1. If the source uses a new base URL, add it to `baseUrls`.
2. Add a new entry to `sources` with a unique `category` and `categoryIndex`.
3. Run the compiler to verify the source downloads and parses correctly:
```bash
cargo run -- --output ./output
```

## Third-Party Sources and Licensing

This tool aggregates domain lists from the following open-source projects. The compiled binary output incorporates data from these sources and is subject to the terms of their respective licenses.
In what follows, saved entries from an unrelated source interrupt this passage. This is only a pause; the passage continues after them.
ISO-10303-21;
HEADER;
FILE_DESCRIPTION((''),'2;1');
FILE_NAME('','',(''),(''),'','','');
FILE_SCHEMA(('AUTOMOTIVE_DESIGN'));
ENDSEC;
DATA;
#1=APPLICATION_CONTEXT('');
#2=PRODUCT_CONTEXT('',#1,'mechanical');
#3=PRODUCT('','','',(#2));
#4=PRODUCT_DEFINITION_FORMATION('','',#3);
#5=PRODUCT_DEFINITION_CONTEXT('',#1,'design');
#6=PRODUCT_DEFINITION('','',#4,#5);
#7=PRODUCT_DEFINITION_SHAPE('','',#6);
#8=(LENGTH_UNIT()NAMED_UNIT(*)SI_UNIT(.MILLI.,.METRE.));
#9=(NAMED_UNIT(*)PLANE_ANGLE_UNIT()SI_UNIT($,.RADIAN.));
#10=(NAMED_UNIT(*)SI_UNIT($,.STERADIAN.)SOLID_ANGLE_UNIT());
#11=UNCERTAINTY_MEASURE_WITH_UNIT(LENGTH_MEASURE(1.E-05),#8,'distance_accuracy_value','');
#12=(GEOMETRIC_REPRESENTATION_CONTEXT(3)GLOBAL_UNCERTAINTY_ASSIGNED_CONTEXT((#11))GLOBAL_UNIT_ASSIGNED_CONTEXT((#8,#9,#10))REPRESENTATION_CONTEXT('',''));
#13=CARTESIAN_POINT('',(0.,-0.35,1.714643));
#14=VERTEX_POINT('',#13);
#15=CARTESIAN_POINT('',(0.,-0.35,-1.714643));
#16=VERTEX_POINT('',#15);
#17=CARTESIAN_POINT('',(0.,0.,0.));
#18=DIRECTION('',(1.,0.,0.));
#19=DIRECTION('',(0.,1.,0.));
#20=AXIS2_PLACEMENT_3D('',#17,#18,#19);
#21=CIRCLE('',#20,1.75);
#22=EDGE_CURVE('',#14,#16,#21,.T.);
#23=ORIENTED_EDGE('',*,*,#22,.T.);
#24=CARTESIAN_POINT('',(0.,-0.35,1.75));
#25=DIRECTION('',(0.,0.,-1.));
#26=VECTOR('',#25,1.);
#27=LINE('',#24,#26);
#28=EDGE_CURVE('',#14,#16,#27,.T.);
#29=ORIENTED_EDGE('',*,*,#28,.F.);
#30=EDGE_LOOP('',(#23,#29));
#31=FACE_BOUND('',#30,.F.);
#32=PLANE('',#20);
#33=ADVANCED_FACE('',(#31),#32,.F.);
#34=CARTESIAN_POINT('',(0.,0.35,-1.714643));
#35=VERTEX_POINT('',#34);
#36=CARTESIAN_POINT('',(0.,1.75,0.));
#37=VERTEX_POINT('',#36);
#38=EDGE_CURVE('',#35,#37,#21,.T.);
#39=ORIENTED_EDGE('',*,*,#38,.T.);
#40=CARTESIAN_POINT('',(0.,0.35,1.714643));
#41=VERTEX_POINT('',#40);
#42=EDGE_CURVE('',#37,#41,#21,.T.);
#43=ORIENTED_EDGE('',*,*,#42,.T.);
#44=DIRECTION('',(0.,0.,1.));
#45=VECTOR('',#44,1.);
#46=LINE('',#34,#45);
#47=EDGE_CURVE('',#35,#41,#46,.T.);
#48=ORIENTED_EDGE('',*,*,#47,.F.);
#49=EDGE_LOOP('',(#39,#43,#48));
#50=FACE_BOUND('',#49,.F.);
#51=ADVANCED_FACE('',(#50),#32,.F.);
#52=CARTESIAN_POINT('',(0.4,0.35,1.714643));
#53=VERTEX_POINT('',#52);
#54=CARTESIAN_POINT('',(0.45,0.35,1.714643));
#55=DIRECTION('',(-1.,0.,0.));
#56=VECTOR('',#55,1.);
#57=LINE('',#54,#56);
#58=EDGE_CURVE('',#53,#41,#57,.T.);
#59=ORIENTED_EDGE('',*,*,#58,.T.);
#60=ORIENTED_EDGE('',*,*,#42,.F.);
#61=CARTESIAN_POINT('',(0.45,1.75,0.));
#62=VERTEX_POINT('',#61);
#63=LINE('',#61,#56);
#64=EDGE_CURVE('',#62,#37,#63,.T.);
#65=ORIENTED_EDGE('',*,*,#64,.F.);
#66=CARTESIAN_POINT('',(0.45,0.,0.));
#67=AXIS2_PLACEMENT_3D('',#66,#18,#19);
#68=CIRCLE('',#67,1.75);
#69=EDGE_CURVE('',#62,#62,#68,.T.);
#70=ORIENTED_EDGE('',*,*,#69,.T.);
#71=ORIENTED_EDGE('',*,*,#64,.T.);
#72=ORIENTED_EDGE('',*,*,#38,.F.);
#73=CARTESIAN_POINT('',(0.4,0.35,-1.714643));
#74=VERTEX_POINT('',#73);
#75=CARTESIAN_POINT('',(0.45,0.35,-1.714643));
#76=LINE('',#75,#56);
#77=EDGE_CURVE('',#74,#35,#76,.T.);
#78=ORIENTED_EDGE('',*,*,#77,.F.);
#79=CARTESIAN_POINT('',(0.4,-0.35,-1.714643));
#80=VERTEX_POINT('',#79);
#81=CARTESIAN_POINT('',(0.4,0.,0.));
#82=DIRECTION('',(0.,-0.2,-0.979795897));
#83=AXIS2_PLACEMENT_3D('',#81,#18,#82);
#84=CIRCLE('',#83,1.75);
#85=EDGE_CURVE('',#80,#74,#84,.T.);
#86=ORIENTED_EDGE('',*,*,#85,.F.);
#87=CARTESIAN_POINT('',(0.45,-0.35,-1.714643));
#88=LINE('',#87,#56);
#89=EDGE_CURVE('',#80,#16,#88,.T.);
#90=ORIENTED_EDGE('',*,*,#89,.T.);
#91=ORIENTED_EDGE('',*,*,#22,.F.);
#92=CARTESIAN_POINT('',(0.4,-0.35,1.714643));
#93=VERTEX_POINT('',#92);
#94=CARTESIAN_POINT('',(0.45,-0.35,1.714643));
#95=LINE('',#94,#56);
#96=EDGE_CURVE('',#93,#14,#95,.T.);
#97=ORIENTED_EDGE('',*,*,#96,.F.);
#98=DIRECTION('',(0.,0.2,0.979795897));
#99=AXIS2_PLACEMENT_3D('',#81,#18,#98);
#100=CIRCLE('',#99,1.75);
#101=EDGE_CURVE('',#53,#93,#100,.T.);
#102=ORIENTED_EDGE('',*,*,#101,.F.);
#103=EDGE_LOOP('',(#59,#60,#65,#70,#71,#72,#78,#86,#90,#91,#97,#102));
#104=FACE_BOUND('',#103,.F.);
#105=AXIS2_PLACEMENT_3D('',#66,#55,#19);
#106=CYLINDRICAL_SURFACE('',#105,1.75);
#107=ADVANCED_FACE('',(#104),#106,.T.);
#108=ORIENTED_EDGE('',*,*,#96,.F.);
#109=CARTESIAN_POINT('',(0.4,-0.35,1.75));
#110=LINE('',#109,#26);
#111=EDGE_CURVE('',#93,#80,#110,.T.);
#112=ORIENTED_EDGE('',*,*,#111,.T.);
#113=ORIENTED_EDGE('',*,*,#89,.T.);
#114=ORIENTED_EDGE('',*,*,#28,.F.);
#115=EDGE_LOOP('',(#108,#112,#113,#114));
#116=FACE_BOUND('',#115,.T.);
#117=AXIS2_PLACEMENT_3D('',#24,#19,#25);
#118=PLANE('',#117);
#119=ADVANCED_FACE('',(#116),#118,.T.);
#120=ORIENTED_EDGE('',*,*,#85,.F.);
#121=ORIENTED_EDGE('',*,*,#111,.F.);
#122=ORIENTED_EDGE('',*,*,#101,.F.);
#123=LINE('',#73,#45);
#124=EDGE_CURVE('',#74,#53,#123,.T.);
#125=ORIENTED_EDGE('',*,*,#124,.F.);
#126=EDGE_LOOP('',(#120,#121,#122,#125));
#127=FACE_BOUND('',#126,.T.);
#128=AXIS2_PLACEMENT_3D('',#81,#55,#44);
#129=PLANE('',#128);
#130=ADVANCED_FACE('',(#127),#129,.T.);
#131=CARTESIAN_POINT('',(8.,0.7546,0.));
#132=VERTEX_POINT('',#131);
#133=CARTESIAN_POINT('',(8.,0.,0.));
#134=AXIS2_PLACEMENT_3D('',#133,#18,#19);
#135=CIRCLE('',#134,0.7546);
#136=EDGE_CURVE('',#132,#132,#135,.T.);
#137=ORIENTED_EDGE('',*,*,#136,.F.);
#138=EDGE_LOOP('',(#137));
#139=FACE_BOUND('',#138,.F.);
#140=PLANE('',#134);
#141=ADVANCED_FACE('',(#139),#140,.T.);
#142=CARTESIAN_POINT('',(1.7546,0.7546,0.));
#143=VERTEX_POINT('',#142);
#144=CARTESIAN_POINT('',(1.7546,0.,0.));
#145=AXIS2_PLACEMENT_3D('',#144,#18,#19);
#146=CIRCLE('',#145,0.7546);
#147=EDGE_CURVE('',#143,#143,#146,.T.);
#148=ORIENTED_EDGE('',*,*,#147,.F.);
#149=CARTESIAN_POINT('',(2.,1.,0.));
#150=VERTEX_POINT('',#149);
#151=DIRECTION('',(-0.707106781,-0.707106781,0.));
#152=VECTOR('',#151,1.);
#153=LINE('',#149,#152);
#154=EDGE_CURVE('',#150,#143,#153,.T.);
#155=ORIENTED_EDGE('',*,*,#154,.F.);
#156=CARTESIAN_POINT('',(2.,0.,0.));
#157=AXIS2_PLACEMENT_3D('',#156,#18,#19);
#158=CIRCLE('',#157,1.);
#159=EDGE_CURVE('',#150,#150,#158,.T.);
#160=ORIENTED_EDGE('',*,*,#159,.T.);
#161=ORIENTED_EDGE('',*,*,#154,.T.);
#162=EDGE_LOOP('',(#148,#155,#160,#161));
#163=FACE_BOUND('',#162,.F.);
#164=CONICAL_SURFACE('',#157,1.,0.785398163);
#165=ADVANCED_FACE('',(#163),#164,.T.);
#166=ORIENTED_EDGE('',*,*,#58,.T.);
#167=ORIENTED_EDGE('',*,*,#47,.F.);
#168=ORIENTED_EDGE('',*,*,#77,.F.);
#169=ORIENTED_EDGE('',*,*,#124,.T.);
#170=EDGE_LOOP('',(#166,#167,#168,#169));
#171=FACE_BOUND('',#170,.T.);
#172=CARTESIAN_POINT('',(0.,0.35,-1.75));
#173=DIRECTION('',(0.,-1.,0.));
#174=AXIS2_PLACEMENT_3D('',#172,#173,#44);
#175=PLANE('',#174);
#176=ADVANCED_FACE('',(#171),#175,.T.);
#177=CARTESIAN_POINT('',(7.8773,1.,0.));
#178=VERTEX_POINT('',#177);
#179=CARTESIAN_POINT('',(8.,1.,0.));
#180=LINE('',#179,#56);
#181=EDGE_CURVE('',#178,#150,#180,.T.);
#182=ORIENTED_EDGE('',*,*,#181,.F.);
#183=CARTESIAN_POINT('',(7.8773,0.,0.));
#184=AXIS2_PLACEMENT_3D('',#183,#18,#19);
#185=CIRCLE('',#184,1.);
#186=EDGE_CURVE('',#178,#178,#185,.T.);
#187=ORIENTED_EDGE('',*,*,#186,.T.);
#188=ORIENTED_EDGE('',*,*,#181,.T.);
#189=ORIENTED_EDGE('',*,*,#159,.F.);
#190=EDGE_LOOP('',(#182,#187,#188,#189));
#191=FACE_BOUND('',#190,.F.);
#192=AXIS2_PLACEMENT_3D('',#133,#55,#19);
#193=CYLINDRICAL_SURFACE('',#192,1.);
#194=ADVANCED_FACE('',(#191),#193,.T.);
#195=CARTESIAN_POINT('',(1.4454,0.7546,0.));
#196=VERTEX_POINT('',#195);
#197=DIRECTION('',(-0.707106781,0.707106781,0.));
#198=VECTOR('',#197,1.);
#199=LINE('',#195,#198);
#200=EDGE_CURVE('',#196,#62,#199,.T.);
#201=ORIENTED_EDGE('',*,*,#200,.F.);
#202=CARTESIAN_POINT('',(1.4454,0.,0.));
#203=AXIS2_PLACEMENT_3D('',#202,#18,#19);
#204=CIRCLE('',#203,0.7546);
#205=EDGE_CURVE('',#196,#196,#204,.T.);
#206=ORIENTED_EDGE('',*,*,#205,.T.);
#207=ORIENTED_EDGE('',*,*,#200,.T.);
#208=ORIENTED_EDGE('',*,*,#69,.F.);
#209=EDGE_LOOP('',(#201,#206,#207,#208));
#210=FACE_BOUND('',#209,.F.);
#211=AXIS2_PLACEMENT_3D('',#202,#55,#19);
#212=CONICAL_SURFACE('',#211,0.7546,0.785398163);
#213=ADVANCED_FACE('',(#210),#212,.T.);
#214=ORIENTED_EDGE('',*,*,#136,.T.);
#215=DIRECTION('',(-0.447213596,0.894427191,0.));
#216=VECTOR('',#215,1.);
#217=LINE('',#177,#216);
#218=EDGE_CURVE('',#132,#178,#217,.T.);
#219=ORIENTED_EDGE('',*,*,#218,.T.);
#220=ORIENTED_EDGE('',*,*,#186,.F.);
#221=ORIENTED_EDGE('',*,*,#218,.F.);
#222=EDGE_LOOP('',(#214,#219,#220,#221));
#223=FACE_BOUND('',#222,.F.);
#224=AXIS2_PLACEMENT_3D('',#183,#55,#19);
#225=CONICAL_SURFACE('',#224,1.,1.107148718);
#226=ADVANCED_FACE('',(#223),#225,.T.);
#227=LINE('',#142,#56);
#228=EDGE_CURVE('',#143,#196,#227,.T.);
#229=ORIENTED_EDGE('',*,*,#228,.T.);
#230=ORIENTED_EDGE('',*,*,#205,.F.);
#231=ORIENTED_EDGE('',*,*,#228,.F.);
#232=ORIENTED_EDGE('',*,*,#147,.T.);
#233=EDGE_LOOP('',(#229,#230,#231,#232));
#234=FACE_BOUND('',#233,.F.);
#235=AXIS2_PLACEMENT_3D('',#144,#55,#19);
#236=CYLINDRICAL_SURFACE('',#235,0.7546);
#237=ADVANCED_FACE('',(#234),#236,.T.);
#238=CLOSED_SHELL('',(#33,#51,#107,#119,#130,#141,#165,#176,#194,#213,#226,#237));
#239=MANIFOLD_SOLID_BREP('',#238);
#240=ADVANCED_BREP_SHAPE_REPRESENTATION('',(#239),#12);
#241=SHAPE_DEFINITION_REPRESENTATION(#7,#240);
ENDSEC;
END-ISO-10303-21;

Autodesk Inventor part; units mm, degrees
ref_plane "YZ Plane" through (0, 0, 0) normal (1, 0, 0) x (0, 1, 0)
ref_plane "XZ Plane" through (0, 0, 0) normal (0, 1, 0) x (-1, 0, 0)
sketch "Sketch1" plane through (0, 0, 0) normal (0, 0, 1) x (1, 0, 0)
  line L0 (0, 0) -> (8, 0)
  line L1 (8, 0) -> (8, 1)
  line L2 (8, 1) -> (2, 1)
  line L3 (2, 1) -> (1.7546, 0.7546)
  line L4 (1.7546, 0.7546) -> (1.4454, 0.7546)
  line L5 (1.4454, 0.7546) -> (0.45, 1.75)
  line L6 (0.45, 1.75) -> (0, 1.75)
  line L7 (0, 1.75) -> (0, 0)
  line L8 (2, 1) -> (1.2, 1) construction
  line L9 (-1.6, 0) -> (9.6, 0) projected
  line L10 (0, 2.1) -> (0, -0.35) projected
  dimension "d0" = 8
  dimension "d1" = 45
  dimension "d2" = 0.2454
  dimension "d3" = 6
  dimension "d4" = 1.2
  dimension "d5" = 1.5092
  dimension "d6" = 2
  dimension "d7" = 3.5
revolve "Body" add sketch "Sketch1" angle 360 about axis through (0, 0, 0) along (1, 0, 0)
sketch "Sketch2" plane through (0, 0, 0) normal (-1, 0, 0) x (0, 0, 1)
  line L0 (1.75, -0.35) -> (-1.75, -0.35)
  line L1 (-1.75, -0.35) -> (-1.75, 0.35)
  line L2 (-1.75, 0.35) -> (1.75, 0.35)
  line L3 (1.75, 0.35) -> (1.75, -0.35)
  line L4 (0, 0.35) -> (0, -0.35) construction
  line L5 (-1.75, 0) -> (1.75, 0) construction
  line L6 (0, 1.75) -> (0, 0) projected
  dimension "d15" = 0.7
  dimension "d16" = 3.5
extrude "Slot" cut sketch "Sketch2" against normal blind 0.4
thread "Thread" size "M2x0.4" class "6g" standard "ISO Metric profile" length 6
chamfer "Chamfer1" distance 0.2454 distance2 0.1227 1 edges at (8, -1, 0) measured on face at (8, -0.0858, 0.7069)
ref_plane "Work Plane1" through (33.575, 0, 0) normal (0, 0, -1) x (1, 0, 0)
equation "\"d0\" = NLG"
equation "\"d1\" = 0.5 * SEWI"
equation "\"d2\" = GAL"
equation "\"d3\" = GEL"
equation "\"d4\" = KOH"
equation "\"d5\" = BDM"
equation "\"d6\" = GD"
equation "\"d7\" = KOD"
equation "\"d15\" = SBR"
equation "\"d16\" = KOD"
equation "\"d8\" = STI"
equation "\"d10\" = GEL"
equation "\"d12\" = -0.5 * SPD + 0.5 * GD"
equation "\"d13\" = 0.5 * GAL"
equation "\"NLG\" = 8"
equation "\"GAL\" = 0.61345 * PTC"
equation "\"GEL\" = 6"
equation "\"KOH\" = 1.2"
equation "\"KOD\" = 3.5"
equation "\"SEWI\" = 90deg"
equation "\"BDM\" = NND - 1.2269 * PTC"
equation "\"GD\" = NND"
equation "\"SBR\" = 0.7"
equation "\"STI\" = 0.4"
equation "\"SPD\" = NND - 1.2269 * PTC"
| Source | License | Notes |
|--------|---------|-------|
| [HaGeZi DNS Blocklists](https://github.com/hagezi/dns-blocklists) | GPL-3.0-only | 28 category lists |
| [The Block List Project](https://github.com/blocklistproject/Lists) | Unlicense | 1 category list |

A complete list of upstream sources with URLs is maintained in [`blocklist-sources.json`](blocklist-sources.json).

Because the majority of upstream data is licensed under the GNU General Public License v3.0, the compiled output and this tool are also distributed under GPL-3.0. If you redistribute the compiled blocklist binary, you must comply with the GPL-3.0 terms — including making the corresponding source code (this repository) available to recipients.

For a complete list of all third-party software and data sources, including full license texts, see [THIRD-PARTY-NOTICES.md](THIRD-PARTY-NOTICES.md).

## Contributing

Contributions are welcome! Please see [CONTRIBUTING.md](CONTRIBUTING.md) for guidelines.

## License

Copyright (C) 2026 M-SQUARE Pty Ltd, Australia

This program is free software: you can redistribute it and/or modify it under the terms of the GNU General Public License as published by the Free Software Foundation, version 3 of the License.

This program is distributed in the hope that it will be useful, but WITHOUT ANY WARRANTY; without even the implied warranty of MERCHANTABILITY or FITNESS FOR A PARTICULAR PURPOSE. See the GNU General Public License for more details.

You should have received a copy of the GNU General Public License along with this program. If not, see .

See [LICENSE.txt](LICENSE.txt) for the full license text.